Work task
The stretch wanted below opens at the line containing "v 7.016 3 60.875" and closes at the line containing "v -10 0 40.4". Please return it exactly, with no other lines.

Provided information

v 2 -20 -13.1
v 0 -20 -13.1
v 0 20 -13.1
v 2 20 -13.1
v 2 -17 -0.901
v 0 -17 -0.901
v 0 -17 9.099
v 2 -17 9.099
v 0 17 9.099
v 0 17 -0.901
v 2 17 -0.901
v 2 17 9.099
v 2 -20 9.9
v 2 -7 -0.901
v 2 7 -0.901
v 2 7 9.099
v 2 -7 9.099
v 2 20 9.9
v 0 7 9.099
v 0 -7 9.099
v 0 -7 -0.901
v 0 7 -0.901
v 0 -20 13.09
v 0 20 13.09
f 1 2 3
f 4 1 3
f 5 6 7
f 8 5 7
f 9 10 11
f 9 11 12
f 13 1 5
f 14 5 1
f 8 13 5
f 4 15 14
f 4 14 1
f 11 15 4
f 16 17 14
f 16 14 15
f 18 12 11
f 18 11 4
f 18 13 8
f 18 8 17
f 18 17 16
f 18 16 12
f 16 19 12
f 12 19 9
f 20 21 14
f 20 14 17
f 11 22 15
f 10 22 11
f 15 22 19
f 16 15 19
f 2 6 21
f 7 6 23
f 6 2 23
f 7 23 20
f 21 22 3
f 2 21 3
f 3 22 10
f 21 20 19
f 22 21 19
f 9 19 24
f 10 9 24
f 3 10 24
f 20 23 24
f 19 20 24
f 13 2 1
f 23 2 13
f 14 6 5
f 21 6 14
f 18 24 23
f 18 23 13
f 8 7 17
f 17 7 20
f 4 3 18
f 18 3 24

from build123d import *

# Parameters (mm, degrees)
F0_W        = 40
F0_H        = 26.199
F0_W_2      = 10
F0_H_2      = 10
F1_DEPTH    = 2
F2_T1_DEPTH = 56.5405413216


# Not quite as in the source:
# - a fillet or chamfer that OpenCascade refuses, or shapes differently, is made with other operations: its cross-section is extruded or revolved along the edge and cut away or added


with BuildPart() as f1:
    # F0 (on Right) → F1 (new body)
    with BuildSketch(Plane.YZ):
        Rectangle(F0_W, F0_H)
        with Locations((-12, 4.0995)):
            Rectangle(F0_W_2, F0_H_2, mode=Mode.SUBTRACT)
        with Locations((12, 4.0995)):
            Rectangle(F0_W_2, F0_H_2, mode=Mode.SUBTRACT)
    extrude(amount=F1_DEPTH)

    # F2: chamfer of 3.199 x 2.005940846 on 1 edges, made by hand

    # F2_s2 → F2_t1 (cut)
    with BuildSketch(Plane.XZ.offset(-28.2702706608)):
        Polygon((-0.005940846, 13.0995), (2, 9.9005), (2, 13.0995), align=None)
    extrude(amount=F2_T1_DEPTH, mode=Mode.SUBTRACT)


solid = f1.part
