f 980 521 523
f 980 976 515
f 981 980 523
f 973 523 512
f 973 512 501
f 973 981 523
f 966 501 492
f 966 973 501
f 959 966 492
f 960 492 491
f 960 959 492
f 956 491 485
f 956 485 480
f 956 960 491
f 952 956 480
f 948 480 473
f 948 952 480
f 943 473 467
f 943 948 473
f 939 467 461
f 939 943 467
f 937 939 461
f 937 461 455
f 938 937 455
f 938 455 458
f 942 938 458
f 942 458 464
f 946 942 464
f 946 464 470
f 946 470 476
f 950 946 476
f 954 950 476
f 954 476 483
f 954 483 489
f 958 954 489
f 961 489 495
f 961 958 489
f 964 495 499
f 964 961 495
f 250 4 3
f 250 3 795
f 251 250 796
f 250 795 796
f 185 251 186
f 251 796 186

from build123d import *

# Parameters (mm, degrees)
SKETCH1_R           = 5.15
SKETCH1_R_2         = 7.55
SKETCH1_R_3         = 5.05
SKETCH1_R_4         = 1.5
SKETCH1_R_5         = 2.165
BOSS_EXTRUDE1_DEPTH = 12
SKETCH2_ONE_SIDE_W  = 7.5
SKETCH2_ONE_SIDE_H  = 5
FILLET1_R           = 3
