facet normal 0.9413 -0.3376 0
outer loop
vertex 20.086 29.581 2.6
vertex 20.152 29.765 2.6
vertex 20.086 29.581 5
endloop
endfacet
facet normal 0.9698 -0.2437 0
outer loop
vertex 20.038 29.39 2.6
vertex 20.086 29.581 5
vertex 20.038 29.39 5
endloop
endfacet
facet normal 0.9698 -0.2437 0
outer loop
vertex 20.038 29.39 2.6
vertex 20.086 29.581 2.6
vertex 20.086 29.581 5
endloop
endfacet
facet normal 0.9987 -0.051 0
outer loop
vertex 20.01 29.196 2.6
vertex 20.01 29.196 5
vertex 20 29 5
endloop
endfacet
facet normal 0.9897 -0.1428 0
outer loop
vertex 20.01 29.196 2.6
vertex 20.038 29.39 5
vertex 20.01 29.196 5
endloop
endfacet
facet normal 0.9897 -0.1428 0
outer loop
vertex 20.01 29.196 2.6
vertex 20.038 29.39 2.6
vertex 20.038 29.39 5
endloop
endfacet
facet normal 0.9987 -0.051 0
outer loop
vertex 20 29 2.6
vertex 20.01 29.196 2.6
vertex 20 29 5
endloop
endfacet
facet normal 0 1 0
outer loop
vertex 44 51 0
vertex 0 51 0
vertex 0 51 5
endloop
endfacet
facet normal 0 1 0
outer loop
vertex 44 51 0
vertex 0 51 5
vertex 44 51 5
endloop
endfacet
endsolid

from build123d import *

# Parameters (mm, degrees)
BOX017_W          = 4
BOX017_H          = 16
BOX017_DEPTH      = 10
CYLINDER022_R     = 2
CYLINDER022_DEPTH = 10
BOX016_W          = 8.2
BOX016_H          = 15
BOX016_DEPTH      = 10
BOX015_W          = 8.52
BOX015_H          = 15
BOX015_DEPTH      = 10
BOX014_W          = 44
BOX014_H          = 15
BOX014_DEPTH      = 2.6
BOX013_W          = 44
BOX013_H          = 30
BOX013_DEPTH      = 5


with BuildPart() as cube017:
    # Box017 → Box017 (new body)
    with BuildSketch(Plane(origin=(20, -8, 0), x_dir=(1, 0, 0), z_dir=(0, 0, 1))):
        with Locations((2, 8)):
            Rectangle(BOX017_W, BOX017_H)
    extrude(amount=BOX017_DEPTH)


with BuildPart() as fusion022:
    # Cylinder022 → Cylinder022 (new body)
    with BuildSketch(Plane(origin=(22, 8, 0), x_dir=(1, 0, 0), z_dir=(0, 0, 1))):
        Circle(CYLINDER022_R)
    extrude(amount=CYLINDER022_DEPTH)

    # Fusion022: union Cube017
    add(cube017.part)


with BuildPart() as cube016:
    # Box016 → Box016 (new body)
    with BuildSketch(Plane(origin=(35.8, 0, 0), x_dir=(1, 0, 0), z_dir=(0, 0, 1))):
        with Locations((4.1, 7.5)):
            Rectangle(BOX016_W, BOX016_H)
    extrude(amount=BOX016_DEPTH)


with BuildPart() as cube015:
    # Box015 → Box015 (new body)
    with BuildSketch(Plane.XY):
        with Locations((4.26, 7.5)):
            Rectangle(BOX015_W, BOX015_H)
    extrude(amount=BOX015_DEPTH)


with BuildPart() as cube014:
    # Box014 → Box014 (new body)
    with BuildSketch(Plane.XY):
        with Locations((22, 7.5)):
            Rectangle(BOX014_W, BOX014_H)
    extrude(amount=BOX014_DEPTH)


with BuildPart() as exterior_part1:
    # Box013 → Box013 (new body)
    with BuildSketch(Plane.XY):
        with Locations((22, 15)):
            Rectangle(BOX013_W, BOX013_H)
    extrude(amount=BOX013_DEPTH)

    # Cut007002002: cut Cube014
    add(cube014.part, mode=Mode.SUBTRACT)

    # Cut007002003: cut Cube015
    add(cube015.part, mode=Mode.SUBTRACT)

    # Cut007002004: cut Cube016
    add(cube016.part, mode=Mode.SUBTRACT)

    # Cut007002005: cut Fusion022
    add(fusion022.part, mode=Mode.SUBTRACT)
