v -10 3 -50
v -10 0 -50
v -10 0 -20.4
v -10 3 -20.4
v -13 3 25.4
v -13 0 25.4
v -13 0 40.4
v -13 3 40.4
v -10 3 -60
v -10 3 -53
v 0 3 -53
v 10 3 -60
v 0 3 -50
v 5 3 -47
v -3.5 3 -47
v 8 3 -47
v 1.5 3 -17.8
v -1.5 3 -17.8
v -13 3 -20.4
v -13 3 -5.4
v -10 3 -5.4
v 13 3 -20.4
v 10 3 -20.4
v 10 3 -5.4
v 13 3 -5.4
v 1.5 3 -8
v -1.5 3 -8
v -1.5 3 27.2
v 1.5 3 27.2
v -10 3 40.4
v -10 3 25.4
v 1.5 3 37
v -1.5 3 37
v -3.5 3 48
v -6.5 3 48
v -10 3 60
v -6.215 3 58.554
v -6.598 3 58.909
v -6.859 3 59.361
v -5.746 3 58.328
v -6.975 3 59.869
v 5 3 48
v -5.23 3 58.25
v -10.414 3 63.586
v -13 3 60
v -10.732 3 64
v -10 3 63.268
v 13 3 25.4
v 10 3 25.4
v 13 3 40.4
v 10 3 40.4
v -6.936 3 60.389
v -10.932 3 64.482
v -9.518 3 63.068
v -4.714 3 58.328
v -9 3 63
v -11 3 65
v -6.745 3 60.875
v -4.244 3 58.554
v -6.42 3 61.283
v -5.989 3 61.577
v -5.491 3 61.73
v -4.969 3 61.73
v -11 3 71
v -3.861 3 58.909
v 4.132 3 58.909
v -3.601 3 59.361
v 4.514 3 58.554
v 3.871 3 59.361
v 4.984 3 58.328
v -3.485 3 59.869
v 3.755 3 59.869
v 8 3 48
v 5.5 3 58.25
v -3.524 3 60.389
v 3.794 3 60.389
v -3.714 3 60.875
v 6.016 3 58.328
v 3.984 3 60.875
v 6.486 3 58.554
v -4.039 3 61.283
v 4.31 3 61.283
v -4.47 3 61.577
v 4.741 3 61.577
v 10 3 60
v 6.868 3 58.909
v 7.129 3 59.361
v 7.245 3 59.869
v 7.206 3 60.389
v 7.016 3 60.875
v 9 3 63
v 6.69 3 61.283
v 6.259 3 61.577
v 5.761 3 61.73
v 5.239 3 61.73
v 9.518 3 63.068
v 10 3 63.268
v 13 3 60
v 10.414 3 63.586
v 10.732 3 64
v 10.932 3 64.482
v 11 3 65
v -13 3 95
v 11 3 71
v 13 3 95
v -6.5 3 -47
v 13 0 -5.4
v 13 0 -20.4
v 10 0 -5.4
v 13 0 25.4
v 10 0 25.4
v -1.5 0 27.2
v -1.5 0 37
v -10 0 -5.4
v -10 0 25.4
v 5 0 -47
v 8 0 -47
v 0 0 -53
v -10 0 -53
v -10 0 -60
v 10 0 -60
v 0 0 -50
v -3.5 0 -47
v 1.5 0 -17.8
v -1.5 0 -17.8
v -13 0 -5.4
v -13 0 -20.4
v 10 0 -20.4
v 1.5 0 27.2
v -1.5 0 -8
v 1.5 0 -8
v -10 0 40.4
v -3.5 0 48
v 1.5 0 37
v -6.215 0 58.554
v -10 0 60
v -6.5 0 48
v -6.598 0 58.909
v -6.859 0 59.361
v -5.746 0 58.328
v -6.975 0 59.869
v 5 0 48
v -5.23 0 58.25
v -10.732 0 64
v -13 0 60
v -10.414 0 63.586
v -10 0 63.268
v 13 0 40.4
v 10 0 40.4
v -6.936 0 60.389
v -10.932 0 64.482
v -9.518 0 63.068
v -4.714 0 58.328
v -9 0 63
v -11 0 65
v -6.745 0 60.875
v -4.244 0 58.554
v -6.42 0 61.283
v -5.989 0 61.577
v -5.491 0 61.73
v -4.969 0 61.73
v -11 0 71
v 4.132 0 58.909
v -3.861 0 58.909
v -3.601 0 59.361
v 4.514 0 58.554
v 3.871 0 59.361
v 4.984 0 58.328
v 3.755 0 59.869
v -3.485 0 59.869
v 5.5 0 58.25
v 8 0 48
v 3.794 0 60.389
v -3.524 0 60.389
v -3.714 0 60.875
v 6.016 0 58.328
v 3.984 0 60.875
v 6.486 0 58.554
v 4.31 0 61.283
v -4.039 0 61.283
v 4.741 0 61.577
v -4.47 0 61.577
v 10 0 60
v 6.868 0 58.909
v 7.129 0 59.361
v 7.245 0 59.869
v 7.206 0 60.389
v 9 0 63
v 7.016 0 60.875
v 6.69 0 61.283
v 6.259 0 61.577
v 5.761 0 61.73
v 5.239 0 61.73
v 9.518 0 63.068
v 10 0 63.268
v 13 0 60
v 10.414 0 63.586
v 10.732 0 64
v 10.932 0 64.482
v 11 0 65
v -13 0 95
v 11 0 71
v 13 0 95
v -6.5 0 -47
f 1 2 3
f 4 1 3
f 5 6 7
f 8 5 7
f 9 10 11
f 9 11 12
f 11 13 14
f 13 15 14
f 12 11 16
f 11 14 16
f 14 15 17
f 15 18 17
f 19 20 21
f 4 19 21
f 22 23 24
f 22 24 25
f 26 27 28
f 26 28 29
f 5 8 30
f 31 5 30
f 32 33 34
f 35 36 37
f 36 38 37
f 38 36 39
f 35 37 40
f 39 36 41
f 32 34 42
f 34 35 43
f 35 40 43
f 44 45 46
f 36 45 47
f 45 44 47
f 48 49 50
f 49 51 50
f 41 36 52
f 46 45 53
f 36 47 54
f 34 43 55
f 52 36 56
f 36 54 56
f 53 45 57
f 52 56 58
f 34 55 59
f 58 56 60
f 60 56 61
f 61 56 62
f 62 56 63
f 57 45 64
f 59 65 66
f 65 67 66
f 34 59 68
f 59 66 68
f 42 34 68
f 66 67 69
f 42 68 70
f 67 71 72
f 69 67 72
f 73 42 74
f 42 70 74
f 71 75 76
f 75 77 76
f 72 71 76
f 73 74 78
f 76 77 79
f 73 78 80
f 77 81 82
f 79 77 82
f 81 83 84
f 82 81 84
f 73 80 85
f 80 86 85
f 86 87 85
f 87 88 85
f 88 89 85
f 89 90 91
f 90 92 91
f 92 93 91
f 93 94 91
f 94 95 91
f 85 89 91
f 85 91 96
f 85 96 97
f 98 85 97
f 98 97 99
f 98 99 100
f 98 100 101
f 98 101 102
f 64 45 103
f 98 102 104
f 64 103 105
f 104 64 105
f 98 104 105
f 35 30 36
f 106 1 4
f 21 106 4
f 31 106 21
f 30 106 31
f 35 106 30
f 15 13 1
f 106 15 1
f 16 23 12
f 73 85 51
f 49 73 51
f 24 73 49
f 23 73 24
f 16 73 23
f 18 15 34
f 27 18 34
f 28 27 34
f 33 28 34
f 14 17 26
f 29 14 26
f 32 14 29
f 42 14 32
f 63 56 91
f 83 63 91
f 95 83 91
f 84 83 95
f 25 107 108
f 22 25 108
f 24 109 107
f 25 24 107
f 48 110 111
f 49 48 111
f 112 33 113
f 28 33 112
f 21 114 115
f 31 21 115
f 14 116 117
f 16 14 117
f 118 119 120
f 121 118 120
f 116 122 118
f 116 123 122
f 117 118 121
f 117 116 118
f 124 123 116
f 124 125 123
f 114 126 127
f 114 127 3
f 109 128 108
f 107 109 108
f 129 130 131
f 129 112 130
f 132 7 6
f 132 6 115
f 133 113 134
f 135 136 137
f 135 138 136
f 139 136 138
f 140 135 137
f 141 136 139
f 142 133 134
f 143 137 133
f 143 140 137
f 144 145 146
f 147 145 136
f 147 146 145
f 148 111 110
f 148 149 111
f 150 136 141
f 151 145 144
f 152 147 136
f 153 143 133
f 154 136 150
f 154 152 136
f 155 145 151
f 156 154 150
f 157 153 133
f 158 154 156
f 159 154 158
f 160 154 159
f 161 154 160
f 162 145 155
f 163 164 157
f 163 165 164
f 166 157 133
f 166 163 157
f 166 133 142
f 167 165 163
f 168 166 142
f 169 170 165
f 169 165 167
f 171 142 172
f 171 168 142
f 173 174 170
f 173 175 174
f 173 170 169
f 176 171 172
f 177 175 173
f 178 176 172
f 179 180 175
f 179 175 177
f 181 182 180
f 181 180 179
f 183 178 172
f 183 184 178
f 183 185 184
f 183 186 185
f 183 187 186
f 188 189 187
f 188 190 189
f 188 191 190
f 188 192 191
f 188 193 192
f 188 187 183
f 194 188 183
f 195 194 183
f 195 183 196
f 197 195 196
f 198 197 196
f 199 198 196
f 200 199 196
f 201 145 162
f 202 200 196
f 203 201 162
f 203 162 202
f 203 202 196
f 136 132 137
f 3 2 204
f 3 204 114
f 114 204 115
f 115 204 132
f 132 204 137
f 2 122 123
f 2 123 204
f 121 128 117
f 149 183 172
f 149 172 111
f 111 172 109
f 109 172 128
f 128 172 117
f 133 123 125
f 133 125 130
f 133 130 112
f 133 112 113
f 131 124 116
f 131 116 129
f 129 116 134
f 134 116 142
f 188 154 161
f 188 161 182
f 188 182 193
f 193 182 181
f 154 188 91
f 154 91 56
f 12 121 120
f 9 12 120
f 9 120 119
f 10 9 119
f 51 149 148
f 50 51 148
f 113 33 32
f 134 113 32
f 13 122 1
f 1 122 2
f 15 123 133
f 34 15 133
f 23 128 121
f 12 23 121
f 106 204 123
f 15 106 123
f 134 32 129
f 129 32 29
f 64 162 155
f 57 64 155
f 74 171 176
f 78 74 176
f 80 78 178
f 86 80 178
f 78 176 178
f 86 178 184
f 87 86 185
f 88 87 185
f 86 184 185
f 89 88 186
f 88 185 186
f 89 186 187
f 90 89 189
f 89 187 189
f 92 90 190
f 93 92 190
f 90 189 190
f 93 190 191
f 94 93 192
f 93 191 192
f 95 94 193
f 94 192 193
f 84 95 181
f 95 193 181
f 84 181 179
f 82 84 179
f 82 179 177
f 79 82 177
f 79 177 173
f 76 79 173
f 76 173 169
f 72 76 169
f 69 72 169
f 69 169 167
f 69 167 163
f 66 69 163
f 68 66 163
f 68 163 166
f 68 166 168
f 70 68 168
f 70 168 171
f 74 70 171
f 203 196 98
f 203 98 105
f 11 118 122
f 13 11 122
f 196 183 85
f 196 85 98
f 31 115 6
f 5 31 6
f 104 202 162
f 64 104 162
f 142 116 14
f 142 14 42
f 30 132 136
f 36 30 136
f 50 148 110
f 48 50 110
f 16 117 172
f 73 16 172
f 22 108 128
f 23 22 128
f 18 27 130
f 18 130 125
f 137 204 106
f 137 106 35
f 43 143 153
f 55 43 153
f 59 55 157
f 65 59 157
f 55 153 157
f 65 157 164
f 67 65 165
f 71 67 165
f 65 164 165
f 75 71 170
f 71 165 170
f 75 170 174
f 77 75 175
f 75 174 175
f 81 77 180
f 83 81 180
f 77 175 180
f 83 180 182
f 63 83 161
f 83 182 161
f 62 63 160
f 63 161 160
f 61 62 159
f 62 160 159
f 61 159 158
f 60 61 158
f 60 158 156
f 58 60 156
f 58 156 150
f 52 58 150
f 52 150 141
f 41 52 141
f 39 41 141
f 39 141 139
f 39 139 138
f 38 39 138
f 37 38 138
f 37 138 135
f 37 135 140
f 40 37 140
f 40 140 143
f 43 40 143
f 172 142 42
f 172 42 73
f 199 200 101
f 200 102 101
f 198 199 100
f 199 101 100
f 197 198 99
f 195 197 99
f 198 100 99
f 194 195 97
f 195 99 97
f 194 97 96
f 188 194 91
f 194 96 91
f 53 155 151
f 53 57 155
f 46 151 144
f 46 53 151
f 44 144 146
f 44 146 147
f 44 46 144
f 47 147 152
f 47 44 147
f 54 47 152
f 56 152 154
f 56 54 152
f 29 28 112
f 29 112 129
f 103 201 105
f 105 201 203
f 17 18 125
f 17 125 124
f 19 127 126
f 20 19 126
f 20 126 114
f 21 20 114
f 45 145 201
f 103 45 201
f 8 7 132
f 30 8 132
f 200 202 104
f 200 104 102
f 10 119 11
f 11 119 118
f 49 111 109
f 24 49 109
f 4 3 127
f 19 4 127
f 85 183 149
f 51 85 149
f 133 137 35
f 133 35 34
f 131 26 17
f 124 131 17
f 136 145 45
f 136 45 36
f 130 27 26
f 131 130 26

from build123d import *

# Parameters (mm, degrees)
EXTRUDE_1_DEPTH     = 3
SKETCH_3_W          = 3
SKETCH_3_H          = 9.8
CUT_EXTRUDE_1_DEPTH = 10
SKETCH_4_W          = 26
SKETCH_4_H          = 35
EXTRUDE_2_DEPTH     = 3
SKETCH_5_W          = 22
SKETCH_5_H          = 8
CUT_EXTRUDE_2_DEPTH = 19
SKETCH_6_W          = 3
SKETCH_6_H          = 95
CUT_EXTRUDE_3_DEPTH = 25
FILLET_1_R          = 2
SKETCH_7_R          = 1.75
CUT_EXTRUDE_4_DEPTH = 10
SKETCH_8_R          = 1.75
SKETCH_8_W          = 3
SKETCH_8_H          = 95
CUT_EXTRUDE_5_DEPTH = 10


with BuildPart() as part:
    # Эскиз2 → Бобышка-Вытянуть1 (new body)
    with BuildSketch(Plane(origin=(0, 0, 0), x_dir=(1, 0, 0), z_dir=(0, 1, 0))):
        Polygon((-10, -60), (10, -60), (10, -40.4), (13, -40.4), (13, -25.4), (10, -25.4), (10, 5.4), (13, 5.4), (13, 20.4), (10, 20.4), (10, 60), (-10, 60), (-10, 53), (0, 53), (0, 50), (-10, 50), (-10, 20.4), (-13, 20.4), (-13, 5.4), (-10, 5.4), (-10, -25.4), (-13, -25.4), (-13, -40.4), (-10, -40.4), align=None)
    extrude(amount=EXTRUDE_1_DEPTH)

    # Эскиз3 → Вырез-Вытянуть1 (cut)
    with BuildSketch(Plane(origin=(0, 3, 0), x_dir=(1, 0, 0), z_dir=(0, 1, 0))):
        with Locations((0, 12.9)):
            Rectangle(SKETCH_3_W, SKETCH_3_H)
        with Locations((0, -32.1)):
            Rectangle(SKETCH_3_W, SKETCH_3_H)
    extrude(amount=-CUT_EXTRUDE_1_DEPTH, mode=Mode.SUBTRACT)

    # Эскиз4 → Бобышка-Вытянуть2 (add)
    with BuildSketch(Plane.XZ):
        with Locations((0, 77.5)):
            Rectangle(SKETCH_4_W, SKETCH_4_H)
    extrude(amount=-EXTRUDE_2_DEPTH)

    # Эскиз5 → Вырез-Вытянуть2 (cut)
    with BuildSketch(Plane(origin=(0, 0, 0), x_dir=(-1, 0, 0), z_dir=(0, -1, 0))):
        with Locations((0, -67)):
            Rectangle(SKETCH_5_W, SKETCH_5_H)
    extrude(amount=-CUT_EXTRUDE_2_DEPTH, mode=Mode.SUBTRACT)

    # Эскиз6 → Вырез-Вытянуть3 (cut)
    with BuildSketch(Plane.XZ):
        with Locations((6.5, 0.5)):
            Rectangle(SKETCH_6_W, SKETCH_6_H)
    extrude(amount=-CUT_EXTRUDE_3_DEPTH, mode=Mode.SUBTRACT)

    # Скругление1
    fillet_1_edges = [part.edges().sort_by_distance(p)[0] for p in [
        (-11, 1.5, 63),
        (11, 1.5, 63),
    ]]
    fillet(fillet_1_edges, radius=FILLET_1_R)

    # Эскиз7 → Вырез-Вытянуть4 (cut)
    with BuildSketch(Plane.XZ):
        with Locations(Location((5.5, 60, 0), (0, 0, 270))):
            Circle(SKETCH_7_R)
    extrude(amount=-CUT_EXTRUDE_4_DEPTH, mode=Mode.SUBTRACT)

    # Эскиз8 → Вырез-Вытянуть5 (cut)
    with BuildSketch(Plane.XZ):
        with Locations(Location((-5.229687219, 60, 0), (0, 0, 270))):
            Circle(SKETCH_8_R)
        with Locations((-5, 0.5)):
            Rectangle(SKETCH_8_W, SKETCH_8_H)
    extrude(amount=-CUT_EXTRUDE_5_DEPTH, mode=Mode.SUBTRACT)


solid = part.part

Solution below
v 7.016 3 60.875
v 9 3 63
v 6.69 3 61.283
v 6.259 3 61.577
v 5.761 3 61.73
v 5.239 3 61.73
v 9.518 3 63.068
v 10 3 63.268
v 13 3 60
v 10.414 3 63.586
v 10.732 3 64
v 10.932 3 64.482
v 11 3 65
v -13 3 95
v 11 3 71
v 13 3 95
v -6.5 3 -47
v 13 0 -5.4
v 13 0 -20.4
v 10 0 -5.4
v 13 0 25.4
v 10 0 25.4
v -1.5 0 27.2
v -1.5 0 37
v -10 0 -5.4
v -10 0 25.4
v 5 0 -47
v 8 0 -47
v 0 0 -53
v -10 0 -53
v -10 0 -60
v 10 0 -60
v 0 0 -50
v -3.5 0 -47
v 1.5 0 -17.8
v -1.5 0 -17.8
v -13 0 -5.4
v -13 0 -20.4
v 10 0 -20.4
v 1.5 0 27.2
v -1.5 0 -8
v 1.5 0 -8
v -10 0 40.4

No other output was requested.